The difference is small. You are called _silminnäkijä_ when you witness ('see') an accident, but transform into a _todistaja _upon entering the court room.

to witness = _todistaa_ (testify in court) or _nähdä_ ("see", eg. witness an accident), also _olla silminnäkijänä_ (act as an eyewitness)

a testimony = _todistajanlausunto _(witness' statement)

Since _todistaa _also means _prove_...
1) _Voitko todistaa väitteesi?_ Can you prove your argument?
2) _Olin todistamassa heidän häitään._ I was witnessing their wedding.
3) _todistus_ = (scholar) report card, diploma, certificate, lit. 'witness'
4) _todiste _= piece of evidence
5) _Tämä tutkimus todistaa (or osoittaa), että nuoret eivät voi hyvin. _This study proves that young people are feeling unwell.
6) _Todista (or osoita), että jokaiselle alkuluvulle p > 3..._ Prove that for every prime number p > 3...

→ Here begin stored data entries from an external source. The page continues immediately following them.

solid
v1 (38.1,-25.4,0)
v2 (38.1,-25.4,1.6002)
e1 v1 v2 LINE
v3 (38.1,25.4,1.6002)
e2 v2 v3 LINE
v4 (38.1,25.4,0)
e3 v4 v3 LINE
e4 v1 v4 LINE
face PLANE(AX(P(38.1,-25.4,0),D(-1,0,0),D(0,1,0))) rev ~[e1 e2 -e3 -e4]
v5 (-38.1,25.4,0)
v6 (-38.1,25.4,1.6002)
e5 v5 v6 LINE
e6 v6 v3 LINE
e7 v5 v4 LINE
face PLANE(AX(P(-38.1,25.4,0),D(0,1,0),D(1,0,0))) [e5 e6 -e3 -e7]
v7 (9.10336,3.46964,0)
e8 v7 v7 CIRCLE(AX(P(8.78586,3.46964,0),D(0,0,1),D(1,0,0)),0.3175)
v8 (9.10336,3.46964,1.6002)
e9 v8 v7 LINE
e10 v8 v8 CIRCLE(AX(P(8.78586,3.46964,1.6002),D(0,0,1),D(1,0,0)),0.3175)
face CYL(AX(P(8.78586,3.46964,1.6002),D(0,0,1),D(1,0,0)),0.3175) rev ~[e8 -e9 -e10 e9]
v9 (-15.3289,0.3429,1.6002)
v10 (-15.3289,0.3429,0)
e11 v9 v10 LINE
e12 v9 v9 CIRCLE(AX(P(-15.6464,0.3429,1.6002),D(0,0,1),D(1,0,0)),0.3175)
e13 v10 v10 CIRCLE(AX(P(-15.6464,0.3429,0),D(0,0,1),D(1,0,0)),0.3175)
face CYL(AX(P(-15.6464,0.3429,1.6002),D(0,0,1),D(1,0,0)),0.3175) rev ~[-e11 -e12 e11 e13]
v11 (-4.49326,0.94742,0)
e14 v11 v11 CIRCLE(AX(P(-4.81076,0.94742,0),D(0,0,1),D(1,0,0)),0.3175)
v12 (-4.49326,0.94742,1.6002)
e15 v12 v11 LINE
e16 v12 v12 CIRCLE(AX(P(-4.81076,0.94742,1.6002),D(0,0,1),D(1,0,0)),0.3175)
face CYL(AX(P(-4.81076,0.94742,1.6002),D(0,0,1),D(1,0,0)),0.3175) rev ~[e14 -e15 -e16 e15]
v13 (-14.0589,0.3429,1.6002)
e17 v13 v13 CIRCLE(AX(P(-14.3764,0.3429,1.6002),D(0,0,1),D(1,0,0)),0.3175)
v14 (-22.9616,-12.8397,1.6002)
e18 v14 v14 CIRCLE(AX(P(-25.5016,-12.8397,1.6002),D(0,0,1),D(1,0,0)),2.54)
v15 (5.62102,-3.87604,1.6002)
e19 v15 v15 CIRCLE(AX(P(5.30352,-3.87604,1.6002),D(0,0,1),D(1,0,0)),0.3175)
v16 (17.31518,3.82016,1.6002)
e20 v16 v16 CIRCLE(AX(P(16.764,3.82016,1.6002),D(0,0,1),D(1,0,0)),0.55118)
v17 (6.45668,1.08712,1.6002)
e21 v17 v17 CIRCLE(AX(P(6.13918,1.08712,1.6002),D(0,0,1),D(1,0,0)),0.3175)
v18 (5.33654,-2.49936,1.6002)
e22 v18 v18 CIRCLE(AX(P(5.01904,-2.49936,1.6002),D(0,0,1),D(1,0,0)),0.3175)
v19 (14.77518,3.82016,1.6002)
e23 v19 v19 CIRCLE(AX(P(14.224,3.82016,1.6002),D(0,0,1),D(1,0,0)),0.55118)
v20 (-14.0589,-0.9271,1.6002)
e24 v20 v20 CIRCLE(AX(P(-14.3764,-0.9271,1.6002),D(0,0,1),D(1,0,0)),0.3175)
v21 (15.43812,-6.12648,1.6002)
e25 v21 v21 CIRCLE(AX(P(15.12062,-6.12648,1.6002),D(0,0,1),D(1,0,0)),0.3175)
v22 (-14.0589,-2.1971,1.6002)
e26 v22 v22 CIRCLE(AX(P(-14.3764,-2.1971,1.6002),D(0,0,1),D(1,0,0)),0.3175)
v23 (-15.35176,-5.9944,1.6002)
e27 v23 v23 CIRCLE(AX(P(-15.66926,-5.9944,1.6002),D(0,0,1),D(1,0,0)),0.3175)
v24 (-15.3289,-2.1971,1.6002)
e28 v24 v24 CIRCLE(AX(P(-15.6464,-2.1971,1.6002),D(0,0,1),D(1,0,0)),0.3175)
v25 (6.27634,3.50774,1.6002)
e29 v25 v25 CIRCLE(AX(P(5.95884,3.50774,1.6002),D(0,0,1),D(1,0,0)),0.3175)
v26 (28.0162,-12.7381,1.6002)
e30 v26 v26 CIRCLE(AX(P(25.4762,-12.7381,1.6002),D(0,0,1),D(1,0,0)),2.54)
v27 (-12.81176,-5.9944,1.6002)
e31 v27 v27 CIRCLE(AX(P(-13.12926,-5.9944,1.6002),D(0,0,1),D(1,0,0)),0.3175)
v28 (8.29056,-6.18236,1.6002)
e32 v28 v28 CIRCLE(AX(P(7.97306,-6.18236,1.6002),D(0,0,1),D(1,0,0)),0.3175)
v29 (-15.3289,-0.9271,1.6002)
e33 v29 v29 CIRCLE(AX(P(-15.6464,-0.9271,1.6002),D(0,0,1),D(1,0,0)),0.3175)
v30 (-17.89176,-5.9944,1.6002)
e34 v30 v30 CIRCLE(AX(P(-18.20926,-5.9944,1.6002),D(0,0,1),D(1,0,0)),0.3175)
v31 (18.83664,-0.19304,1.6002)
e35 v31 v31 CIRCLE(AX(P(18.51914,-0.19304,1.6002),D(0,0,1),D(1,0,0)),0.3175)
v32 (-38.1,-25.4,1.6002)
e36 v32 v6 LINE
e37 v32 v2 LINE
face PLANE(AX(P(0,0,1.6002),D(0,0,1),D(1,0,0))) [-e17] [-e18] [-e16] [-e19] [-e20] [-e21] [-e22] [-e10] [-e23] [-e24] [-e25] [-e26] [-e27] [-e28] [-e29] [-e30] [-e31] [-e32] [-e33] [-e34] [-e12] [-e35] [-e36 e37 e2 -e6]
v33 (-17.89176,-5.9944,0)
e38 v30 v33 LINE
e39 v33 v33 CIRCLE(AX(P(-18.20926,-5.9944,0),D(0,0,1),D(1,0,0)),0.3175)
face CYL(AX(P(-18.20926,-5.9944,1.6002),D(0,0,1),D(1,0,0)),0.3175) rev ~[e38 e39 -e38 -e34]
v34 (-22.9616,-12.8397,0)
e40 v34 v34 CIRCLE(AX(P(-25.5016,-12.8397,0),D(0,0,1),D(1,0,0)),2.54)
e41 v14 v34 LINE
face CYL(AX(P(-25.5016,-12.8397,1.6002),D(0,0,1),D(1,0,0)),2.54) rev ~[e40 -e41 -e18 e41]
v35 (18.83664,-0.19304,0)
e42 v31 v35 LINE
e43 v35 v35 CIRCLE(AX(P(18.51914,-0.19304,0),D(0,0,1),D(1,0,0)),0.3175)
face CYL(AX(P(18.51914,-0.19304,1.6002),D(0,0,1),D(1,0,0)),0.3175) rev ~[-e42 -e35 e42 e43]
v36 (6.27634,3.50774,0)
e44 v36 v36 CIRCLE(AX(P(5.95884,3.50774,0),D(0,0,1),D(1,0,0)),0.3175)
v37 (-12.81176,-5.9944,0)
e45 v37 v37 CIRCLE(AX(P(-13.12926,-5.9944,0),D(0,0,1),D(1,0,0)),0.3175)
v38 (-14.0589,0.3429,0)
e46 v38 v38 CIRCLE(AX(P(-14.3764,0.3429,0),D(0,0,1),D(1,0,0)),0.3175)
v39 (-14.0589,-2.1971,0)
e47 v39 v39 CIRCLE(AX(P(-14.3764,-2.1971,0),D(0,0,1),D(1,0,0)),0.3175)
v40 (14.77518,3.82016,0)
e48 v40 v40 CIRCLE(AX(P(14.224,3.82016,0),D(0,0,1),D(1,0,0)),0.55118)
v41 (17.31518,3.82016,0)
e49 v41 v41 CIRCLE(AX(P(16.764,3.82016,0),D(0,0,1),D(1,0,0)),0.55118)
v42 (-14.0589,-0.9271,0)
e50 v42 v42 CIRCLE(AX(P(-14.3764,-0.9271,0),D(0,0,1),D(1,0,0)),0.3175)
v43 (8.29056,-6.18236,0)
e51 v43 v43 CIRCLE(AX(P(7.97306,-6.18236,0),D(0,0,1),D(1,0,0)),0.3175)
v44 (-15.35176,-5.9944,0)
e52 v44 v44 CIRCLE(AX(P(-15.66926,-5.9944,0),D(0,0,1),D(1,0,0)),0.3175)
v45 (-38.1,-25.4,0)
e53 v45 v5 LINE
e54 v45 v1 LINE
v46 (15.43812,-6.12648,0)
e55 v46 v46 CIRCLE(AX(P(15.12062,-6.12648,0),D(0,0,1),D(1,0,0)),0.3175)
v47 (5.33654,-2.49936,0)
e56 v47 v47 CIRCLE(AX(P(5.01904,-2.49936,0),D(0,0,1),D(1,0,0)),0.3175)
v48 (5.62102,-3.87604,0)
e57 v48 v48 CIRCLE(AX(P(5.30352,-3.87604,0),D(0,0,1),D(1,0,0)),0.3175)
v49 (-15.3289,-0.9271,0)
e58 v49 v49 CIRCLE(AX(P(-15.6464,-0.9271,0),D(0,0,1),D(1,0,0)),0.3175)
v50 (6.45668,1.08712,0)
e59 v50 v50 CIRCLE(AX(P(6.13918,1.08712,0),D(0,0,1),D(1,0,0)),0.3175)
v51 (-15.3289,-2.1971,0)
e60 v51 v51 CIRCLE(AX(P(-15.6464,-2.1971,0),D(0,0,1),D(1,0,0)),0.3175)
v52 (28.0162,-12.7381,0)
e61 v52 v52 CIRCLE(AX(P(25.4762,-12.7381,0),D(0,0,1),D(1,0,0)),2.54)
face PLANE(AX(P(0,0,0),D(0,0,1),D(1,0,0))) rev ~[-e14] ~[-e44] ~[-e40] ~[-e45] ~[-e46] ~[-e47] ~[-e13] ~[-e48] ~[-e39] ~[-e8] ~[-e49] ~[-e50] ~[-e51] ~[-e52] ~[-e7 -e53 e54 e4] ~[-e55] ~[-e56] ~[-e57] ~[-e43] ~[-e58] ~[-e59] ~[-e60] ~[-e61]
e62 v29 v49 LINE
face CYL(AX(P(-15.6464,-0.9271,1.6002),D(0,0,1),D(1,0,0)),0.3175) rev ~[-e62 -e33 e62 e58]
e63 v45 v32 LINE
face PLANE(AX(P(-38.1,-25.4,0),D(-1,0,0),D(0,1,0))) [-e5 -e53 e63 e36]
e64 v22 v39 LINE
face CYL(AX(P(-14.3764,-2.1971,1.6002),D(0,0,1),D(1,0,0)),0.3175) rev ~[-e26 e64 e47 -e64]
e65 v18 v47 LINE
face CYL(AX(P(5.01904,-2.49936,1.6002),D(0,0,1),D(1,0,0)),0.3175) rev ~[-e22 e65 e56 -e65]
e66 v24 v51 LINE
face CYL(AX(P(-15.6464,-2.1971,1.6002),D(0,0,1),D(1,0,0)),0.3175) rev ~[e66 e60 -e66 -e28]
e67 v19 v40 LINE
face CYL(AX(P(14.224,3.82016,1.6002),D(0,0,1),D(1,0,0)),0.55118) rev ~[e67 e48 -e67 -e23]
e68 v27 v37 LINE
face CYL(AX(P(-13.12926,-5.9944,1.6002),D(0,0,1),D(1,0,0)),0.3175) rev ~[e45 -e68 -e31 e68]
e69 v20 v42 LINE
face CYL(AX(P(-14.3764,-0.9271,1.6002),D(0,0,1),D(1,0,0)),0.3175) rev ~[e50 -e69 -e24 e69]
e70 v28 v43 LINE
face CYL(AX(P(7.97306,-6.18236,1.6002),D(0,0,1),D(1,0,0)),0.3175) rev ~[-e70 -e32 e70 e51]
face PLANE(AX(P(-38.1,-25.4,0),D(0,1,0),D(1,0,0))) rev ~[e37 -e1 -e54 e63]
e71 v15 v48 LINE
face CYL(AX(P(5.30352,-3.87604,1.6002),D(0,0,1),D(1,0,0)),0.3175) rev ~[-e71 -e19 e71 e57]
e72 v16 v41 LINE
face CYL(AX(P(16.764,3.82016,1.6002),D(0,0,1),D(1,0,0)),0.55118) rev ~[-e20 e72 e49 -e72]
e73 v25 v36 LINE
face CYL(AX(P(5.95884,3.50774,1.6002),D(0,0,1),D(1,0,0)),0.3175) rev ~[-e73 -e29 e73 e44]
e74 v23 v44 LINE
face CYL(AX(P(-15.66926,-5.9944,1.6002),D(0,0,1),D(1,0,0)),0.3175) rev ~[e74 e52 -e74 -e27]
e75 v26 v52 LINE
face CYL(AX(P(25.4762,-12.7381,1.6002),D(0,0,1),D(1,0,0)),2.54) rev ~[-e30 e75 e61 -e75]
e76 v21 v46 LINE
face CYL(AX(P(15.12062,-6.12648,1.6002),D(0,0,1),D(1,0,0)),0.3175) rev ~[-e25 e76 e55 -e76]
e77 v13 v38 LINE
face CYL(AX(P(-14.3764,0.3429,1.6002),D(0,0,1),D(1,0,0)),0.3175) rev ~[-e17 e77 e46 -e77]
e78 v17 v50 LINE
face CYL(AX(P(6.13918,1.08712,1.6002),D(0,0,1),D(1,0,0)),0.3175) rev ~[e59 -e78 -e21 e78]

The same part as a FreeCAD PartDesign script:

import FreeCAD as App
import Part
import Sketcher
Q = App.Units.Quantity

doc = App.newDocument("Part")
body = doc.addObject("PartDesign::Body", "Body")

# Sketch on XY plane
sketch1 = body.newObject("Sketcher::SketchObject", "Sketch")
sketch1.AttachmentSupport = (doc.getObject("XY_Plane"), [""])
sketch1.MapMode = "FlatFace"
sketch1.addGeometry([
    Part.LineSegment(App.Vector(-38, 25, 0), App.Vector(-38, -25, 0)),
    Part.LineSegment(App.Vector(-38, -25, 0), App.Vector(38, -25, 0)),
    Part.LineSegment(App.Vector(38, -25, 0), App.Vector(38, 25, 0)),
    Part.LineSegment(App.Vector(38, 25, 0), App.Vector(-38, 25, 0)),
], False)
sketch1.addConstraint([
    Sketcher.Constraint("Coincident", 0, 2, 1, 1),
    Sketcher.Constraint("Coincident", 1, 2, 2, 1),
    Sketcher.Constraint("Coincident", 2, 2, 3, 1),
    Sketcher.Constraint("Coincident", 3, 2, 0, 1),
    Sketcher.Constraint("Vertical", 0),
    Sketcher.Constraint("Horizontal", 1),
    Sketcher.Constraint("Vertical", 2),
    Sketcher.Constraint("Horizontal", 3),
    Sketcher.Constraint("Symmetric", 0, 2, 2, 2, -1, 1),
    Sketcher.Constraint("DistanceX", 1, 1, 1, 2, Q("3 in")),
    Sketcher.Constraint("DistanceY", 0, 2, 0, 1, Q("2 in")),
])
pad1 = body.newObject("PartDesign::Pad", "Pad")
pad1.Profile = sketch1
pad1.Length = Q("0.063 in")

# Sketch on XY plane
sketch2 = body.newObject("Sketcher::SketchObject", "Sketch001")
sketch2.AttachmentSupport = (doc.getObject("XY_Plane"), [""])
sketch2.MapMode = "FlatFace"
sketch2.AttachmentOffset = App.Placement(App.Vector(0, 0, 0.063 * 25.4), App.Rotation())
sketch2.addGeometry([
    Part.Circle(App.Vector(-25.5, -12.84, 0), App.Vector(0, 0, 1), 2.54),  # 0
    Part.Circle(App.Vector(25.48, -12.74, 0), App.Vector(0, 0, 1), 2.54),  # 1
    Part.Circle(App.Vector(-18.21, -5.99, 0), App.Vector(0, 0, 1), 0.32),  # 2
    Part.Circle(App.Vector(-15.67, -5.99, 0), App.Vector(0, 0, 1), 0.32),  # 3
    Part.Circle(App.Vector(-13.13, -5.99, 0), App.Vector(0, 0, 1), 0.32),  # 4
    Part.Circle(App.Vector(-15.65, -2.2, 0), App.Vector(0, 0, 1), 0.32),  # 5
    Part.Circle(App.Vector(-14.38, -2.2, 0), App.Vector(0, 0, 1), 0.32),  # 6
    Part.Circle(App.Vector(-14.38, -0.93, 0), App.Vector(0, 0, 1), 0.32),  # 7
    Part.Circle(App.Vector(-15.65, -0.93, 0), App.Vector(0, 0, 1), 0.32),  # 8
    Part.Circle(App.Vector(-15.65, 0.34, 0), App.Vector(0, 0, 1), 0.32),  # 9
    Part.Circle(App.Vector(-14.38, 0.34, 0), App.Vector(0, 0, 1), 0.32),  # 10
    Part.Circle(App.Vector(5.3, -3.88, 0), App.Vector(0, 0, 1), 0.32),  # 11
    Part.Circle(App.Vector(5.02, -2.5, 0), App.Vector(0, 0, 1), 0.32),  # 12
    Part.Circle(App.Vector(-4.81, 0.95, 0), App.Vector(0, 0, 1), 0.32),  # 13
    Part.Circle(App.Vector(6.14, 1.09, 0), App.Vector(0, 0, 1), 0.32),  # 14
    Part.Circle(App.Vector(5.96, 3.51, 0), App.Vector(0, 0, 1), 0.32),  # 15
    Part.Circle(App.Vector(8.79, 3.47, 0), App.Vector(0, 0, 1), 0.32),  # 16
    Part.Circle(App.Vector(14.22, 3.82, 0), App.Vector(0, 0, 1), 0.55),  # 17
    Part.Circle(App.Vector(16.76, 3.82, 0), App.Vector(0, 0, 1), 0.55),  # 18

_Osoita_​ (show) is probably more common for (5) and (6).


----------



## Outsider

Portuguese:

- *a testimony *- _*um testemunho*_ (L. _testimonium_,*"evidence, proof, testimony"*)
- *a witness *- *uma testemunha* (an invariable feminine noun)
- *to witness* - _*testemunhar*_*, to give a testimony, to bear witness - dar um testemunho
*


ThomasK said:


> Can you use the verb in a non-judicial sense?
> 
> We can say that we have invited someone to _getuigen over _(talk about) his experiences. That is meant to be more than just factual, adding feelings, and it has nothing to do with courts, etc.


Yes, you can. 



ThomasK said:


> Would you use other words?


Perhaps _*atestar*_, to attest (<L. _attestare, attesto_). This word and the previous ones derive from *L. testis "witness"*, and are cognates of "*testament*". Other than that, only synonyms meaning something like "to share".


----------



## apmoy70

In Greek:

*Witness (noun):* «Μάρτυρας» /'martiras/ (masc. & fem.). From the Classical masculine and feminine noun, «μάρτυς»  ('mārtūs)--> lit. _witness_, in Christian era also _martyr_; PIE base *(s)mer-, _to remember_ (cf. Lat. memoria; Eng. memory; Fr. memorie; It/Sp. memoria).
*Witness (verb):* «Μαρτυράω/μαρτυρώ» /marti'rao marti'ro/ (uncontracted and contracted). From the Classical verb «μαρτυρέω/μαρτυρῶ» (mărtŭ'rĕō [uncontracted]/mărtū'rō [contracted])--> lit. _to bear witness, give evidence_,  in Christian era also _to  become a martyr, become a sufferer_.
*Testimony:* In non-judicial terms, «μαρτυρία» /marti'ria/ (fem.); in judicial terms, «κατάθεση» /ka'taθesi/ (fem.) from the Classical third declension feminine noun «κατάθεσις» (kă'tătʰĕsīs)--> lit. _laying down, affirming, positive statement_, also, _declaration by a witness under oath_


----------



## AquisM

In Chinese:

testimony: 证供/證供 (Mandarin: zhenggong/Cantonese: zing gung - lit. proof provide) or 口供 (Mandarin: kougong/Cantonese: hau gong - lit. mouth provide) or 证词/證詞 (Mandarin: zhengci/Cantonese: zing tsi - lit. proof writing)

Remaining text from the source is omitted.